### TASK
Below are some records; output exactly the lines from the line with "#148=EDGE_CURVE('',#139,#51,#147,.T.);" to the line with "#156=VERTEX_POINT('',#155);", both ends kept, and nothing more.
____
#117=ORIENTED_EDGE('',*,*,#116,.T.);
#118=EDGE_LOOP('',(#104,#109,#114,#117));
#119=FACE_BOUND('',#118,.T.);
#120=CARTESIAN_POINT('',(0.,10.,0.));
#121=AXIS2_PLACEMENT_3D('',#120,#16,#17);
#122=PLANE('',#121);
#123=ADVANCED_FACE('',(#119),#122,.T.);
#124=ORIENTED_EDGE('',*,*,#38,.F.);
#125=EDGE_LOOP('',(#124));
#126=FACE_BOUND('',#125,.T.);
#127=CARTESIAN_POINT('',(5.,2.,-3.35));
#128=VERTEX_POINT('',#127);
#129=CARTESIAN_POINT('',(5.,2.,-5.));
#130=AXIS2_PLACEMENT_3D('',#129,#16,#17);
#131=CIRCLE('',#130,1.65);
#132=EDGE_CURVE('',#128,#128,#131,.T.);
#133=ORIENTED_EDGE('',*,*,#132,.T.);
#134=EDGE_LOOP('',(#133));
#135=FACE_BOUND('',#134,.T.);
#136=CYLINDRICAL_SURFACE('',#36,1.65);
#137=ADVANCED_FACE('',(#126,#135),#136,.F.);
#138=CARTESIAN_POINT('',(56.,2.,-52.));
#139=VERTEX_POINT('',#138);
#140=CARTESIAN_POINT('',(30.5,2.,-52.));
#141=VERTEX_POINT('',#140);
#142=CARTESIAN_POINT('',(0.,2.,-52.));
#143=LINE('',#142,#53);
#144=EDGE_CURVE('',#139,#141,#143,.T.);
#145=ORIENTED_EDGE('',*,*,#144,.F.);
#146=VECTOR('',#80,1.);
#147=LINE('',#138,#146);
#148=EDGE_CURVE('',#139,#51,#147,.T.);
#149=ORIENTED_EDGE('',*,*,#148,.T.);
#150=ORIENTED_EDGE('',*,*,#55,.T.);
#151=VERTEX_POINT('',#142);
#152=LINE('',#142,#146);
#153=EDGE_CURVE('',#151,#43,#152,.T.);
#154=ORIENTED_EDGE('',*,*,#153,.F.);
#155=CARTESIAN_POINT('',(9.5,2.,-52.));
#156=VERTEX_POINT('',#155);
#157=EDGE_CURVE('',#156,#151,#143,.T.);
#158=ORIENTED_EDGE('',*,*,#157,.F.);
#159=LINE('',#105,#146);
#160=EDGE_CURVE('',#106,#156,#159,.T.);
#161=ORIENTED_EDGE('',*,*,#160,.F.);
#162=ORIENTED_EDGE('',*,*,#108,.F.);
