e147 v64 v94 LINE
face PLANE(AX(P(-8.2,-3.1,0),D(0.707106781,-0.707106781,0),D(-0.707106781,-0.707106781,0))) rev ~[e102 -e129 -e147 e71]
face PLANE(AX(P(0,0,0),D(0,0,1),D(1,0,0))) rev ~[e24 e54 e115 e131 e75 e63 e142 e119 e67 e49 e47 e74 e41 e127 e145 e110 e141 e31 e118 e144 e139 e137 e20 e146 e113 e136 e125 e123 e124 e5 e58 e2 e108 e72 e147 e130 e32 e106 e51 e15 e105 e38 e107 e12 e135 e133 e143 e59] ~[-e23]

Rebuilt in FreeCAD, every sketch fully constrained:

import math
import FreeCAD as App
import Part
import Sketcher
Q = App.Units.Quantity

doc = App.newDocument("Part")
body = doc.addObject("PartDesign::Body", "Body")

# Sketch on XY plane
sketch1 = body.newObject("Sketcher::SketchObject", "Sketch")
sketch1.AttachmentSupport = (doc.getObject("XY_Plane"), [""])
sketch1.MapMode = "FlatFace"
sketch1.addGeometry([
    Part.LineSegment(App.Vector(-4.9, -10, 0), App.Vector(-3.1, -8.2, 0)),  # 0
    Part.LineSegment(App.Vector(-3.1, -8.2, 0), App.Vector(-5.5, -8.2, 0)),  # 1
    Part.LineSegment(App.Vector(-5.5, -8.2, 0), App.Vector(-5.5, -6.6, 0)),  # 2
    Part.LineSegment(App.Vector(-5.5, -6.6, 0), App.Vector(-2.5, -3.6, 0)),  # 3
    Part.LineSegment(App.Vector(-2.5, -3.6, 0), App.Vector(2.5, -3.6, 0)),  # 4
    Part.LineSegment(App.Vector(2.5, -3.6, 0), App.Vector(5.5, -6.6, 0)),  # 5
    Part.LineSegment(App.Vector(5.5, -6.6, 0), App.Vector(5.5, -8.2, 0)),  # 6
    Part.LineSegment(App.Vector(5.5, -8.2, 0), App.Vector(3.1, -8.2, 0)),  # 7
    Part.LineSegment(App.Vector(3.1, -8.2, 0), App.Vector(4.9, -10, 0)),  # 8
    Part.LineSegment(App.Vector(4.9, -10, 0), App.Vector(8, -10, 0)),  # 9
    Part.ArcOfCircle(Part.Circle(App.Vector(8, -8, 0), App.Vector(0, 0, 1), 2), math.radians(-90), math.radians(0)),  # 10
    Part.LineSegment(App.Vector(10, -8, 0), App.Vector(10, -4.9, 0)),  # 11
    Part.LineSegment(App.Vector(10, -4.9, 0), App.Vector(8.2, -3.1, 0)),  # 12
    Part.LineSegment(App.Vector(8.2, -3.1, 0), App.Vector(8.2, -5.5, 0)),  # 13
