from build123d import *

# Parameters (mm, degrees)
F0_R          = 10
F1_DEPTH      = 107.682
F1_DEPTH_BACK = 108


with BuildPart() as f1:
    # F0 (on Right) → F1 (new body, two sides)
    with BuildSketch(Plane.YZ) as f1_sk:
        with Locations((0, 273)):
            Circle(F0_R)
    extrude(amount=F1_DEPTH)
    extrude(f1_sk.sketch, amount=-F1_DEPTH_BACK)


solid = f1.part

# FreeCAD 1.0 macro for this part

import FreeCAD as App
import Part
import Sketcher

V = App.Vector
Q = App.Units.Quantity

doc = App.newDocument("Part")
body = doc.addObject("PartDesign::Body", "Body")

# Sketch on YZ plane
sketch1 = doc.addObject("Sketcher::SketchObject", "Sketch")
body.addObject(sketch1)
sketch1.AttachmentSupport = (doc.YZ_Plane, [""])
sketch1.MapMode = "FlatFace"
sketch1.addGeometry(Part.Circle(V(0, 273, 0), V(0, 0, 1), 10), False)
sketch1.addConstraint(Sketcher.Constraint("PointOnObject", 0, 3, -2))
sketch1.addConstraint(Sketcher.Constraint("Diameter", 0, Q("20 mm")))
sketch1.addConstraint(Sketcher.Constraint("DistanceY", -1, 1, 0, 3, Q("273 mm")))
pad1 = doc.addObject("PartDesign::Pad", "Pad")
body.addObject(pad1)
pad1.Profile = sketch1
pad1.Type = "TwoLengths"
pad1.Length = 107.682
pad1.Length2 = 108

doc.recompute()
____
### SOLVED PROBLEM
#148=EDGE_CURVE('',#139,#51,#147,.T.);
#149=ORIENTED_EDGE('',*,*,#148,.T.);
#150=ORIENTED_EDGE('',*,*,#55,.T.);
#151=VERTEX_POINT('',#142);
#152=LINE('',#142,#146);
#153=EDGE_CURVE('',#151,#43,#152,.T.);
#154=ORIENTED_EDGE('',*,*,#153,.F.);
#155=CARTESIAN_POINT('',(9.5,2.,-52.));
#156=VERTEX_POINT('',#155);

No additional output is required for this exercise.